• Data supplied:
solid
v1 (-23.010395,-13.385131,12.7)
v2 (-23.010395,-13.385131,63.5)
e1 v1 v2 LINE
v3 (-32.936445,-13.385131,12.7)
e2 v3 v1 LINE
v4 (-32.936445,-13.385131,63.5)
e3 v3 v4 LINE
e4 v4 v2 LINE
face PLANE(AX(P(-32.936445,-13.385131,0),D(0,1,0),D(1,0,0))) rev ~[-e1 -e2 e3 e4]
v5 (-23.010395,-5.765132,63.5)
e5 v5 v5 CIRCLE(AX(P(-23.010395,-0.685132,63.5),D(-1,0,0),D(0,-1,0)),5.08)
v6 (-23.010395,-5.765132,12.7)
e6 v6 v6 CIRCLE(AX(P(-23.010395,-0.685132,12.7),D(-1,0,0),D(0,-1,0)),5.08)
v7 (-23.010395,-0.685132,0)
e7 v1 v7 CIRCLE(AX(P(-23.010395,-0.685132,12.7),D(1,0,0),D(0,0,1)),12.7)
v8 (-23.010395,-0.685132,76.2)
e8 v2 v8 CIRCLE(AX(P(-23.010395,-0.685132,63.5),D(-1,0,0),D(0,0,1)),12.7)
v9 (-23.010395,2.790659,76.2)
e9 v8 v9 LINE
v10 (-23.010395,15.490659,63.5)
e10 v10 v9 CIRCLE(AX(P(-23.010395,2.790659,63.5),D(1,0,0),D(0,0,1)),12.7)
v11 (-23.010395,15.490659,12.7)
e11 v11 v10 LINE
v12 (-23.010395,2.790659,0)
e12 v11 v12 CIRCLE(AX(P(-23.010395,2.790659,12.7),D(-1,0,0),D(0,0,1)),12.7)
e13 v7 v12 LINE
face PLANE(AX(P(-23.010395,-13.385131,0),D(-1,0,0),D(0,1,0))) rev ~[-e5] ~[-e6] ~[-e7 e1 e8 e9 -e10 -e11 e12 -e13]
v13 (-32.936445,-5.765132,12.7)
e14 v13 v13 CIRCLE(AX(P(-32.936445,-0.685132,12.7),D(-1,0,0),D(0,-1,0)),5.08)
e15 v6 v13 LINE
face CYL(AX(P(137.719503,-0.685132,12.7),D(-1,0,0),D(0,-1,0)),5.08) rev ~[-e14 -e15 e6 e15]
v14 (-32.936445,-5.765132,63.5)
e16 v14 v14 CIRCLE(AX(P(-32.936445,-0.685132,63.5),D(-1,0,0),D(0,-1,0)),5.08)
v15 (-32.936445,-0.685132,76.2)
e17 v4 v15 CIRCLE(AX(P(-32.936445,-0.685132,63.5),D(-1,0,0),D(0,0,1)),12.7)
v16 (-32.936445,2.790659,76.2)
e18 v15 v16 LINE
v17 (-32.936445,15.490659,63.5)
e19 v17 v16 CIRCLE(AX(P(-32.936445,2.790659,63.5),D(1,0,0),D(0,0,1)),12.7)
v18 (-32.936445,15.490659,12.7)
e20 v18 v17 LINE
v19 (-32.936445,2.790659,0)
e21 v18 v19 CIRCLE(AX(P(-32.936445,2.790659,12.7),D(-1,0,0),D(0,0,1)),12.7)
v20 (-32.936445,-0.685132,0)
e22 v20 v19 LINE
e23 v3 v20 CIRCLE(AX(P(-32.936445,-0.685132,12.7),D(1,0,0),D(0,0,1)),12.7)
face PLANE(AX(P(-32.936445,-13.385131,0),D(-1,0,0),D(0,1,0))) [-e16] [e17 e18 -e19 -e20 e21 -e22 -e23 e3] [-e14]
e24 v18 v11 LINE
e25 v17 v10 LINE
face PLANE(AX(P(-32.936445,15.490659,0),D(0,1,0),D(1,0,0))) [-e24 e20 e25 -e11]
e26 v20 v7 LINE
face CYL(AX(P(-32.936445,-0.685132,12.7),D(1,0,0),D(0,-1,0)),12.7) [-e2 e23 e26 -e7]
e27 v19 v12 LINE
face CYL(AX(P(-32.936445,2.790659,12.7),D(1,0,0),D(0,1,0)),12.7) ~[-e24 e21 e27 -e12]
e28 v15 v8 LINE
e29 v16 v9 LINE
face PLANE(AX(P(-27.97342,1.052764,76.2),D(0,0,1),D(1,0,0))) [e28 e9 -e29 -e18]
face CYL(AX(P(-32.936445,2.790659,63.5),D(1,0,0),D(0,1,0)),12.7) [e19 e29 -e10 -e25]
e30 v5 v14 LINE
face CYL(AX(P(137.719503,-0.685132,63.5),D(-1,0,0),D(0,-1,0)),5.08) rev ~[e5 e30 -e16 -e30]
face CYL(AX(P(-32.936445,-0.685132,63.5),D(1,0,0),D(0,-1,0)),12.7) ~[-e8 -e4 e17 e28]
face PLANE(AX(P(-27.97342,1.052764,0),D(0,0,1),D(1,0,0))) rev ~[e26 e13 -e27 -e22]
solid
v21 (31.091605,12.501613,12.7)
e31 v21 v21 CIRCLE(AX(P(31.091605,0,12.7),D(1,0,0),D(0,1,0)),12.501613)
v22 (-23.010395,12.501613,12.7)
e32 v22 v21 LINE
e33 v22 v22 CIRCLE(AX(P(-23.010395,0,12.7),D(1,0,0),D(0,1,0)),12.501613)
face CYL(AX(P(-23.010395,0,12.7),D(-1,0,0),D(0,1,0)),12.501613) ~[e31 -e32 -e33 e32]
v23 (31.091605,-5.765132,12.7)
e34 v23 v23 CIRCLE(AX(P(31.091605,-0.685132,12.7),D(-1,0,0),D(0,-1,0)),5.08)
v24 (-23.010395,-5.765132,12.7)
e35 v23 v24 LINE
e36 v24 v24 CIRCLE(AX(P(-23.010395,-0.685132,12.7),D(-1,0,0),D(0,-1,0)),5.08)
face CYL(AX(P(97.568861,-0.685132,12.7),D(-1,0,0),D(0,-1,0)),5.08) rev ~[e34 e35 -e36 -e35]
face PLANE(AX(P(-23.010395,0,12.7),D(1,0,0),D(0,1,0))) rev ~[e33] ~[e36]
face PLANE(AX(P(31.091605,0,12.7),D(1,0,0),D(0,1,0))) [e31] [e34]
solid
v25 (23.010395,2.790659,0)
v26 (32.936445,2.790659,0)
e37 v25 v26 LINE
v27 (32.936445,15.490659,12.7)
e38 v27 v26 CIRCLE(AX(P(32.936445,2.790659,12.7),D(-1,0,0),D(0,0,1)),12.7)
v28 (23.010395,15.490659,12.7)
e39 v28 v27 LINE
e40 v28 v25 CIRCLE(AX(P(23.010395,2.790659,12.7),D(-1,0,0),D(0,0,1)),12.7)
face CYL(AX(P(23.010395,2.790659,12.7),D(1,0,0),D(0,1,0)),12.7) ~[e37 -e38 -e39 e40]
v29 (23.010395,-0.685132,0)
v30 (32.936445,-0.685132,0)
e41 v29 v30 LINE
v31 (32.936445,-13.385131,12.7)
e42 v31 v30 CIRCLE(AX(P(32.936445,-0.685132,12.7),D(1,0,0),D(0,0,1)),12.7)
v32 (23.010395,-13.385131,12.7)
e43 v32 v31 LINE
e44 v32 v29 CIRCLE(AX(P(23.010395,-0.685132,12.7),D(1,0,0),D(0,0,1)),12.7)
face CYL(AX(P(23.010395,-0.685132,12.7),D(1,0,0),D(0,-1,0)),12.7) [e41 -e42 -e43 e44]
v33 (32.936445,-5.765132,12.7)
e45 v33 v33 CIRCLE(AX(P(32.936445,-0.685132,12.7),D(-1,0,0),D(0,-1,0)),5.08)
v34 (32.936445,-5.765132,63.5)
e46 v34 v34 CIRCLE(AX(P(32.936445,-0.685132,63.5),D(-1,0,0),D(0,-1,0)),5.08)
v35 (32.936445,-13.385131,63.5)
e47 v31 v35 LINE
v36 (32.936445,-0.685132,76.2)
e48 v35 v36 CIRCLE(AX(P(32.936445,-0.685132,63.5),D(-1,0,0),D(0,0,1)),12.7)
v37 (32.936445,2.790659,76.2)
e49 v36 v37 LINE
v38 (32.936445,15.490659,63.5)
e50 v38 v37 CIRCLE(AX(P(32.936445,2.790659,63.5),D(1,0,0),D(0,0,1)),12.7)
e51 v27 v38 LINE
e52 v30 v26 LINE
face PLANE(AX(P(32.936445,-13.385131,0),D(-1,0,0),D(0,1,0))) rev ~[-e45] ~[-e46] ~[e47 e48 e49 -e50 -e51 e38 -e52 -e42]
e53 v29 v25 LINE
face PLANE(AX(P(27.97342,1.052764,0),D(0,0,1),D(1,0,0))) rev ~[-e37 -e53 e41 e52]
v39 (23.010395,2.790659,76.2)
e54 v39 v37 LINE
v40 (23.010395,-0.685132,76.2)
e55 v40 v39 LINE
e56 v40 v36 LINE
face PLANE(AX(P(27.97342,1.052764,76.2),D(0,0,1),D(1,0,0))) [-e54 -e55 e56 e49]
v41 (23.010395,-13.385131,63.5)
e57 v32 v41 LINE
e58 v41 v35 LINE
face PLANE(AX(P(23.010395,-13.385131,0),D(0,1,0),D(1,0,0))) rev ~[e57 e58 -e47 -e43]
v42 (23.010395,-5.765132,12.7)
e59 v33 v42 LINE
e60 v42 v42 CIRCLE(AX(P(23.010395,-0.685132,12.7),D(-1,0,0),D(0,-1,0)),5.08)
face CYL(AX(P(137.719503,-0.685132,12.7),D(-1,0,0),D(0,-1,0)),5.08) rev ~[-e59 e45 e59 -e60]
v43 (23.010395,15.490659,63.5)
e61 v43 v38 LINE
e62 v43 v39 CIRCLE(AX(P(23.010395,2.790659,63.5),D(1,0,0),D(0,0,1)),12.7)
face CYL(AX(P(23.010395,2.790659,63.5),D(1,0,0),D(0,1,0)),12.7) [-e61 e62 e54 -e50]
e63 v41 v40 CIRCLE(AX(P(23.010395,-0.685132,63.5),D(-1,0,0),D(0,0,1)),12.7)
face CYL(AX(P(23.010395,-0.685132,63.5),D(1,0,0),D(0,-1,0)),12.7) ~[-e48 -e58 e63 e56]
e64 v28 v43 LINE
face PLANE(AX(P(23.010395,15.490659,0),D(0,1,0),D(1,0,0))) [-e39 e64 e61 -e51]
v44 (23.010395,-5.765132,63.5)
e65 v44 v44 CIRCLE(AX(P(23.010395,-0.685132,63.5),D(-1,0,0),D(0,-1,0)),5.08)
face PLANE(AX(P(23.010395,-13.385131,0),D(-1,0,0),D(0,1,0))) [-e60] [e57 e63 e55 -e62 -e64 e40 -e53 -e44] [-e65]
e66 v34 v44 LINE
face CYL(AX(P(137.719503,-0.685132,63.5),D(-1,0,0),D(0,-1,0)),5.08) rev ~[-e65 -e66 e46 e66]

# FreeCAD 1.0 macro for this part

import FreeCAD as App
import Part
import Sketcher
Q = App.Units.Quantity


def edges_at(feature, points):
    """Names of the edges that pass closest to the given points."""
    edges = feature.Shape.Edges
    near = lambda p: min(range(len(edges)), key=lambda i: edges[i].distToShape(Part.Vertex(*p))[0])
    return sorted({f"Edge{near(p) + 1}" for p in points})

doc = App.newDocument("Part")
body = doc.addObject("PartDesign::Body", "Body")
body.AllowCompound = True

# Sketch on XY plane
sketch1 = body.newObject("Sketcher::SketchObject", "Sketch")
sketch1.AttachmentSupport = (doc.getObject("XY_Plane"), [""])
sketch1.MapMode = "FlatFace"
sketch1.addGeometry([
    Part.LineSegment(App.Vector(-32.936445, 15.490659, 0), App.Vector(-32.936445, -13.385131, 0)),  # 0
    Part.LineSegment(App.Vector(-32.936445, -13.385131, 0), App.Vector(-23.010395, -13.385131, 0)),  # 1
    Part.LineSegment(App.Vector(-23.010395, -13.385131, 0), App.Vector(-23.010395, 15.490659, 0)),  # 2
    Part.LineSegment(App.Vector(-23.010395, 15.490659, 0), App.Vector(-32.936445, 15.490659, 0)),  # 3
    Part.LineSegment(App.Vector(23.010395, 15.490659, 0), App.Vector(23.010395, -13.385131, 0)),  # 4
    Part.LineSegment(App.Vector(23.010395, -13.385131, 0), App.Vector(32.936445, -13.385131, 0)),  # 5
    Part.LineSegment(App.Vector(32.936445, -13.385131, 0), App.Vector(32.936445, 15.490659, 0)),  # 6
    Part.LineSegment(App.Vector(32.936445, 15.490659, 0), App.Vector(23.010395, 15.490659, 0)),  # 7
], False)
sketch1.addConstraint([
    Sketcher.Constraint("Coincident", 0, 2, 1, 1),
    Sketcher.Constraint("Coincident", 1, 2, 2, 1),
    Sketcher.Constraint("Coincident", 2, 2, 3, 1),
    Sketcher.Constraint("Coincident", 3, 2, 0, 1),
    Sketcher.Constraint("Coincident", 4, 2, 5, 1),
    Sketcher.Constraint("Coincident", 5, 2, 6, 1),
    Sketcher.Constraint("Coincident", 6, 2, 7, 1),
    Sketcher.Constraint("Coincident", 7, 2, 4, 1),
    Sketcher.Constraint("Vertical", 0),
    Sketcher.Constraint("Horizontal", 1),
    Sketcher.Constraint("Vertical", 2),
    Sketcher.Constraint("Horizontal", 3),
    Sketcher.Constraint("Vertical", 4),
    Sketcher.Constraint("Horizontal", 5),
    Sketcher.Constraint("Vertical", 6),
    Sketcher.Constraint("Horizontal", 7),
    Sketcher.Constraint("Symmetric", 1, 2, 4, 2, -2),
    Sketcher.Constraint("Symmetric", 3, 2, 6, 2, -2),
    Sketcher.Constraint("DistanceX", 1, 1, 1, 2, 9.926051),
    Sketcher.Constraint("DistanceY", 0, 2, 0, 1, 28.875791),
    Sketcher.Constraint("DistanceY", 0, 2, -1, 1, 13.385131),
    Sketcher.Constraint("DistanceX", 1, 2, 4, 2, 46.020789),
])
pad1 = body.newObject("PartDesign::Pad", "Pad")
pad1.Profile = sketch1
pad1.Length = Q("3 in")
doc.recompute()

• Exercise prompt: Taking the lines above, repeat exactly those from the line that contains "v23 (31.091605,-5.765132,12.7)" through the line that contains "e36 v24 v24", and both of those lines as well. Include nothing else.

• Result of this task:
v23 (31.091605,-5.765132,12.7)
e34 v23 v23 CIRCLE(AX(P(31.091605,-0.685132,12.7),D(-1,0,0),D(0,-1,0)),5.08)
v24 (-23.010395,-5.765132,12.7)
e35 v23 v24 LINE
e36 v24 v24 CIRCLE(AX(P(-23.010395,-0.685132,12.7),D(-1,0,0),D(0,-1,0)),5.08)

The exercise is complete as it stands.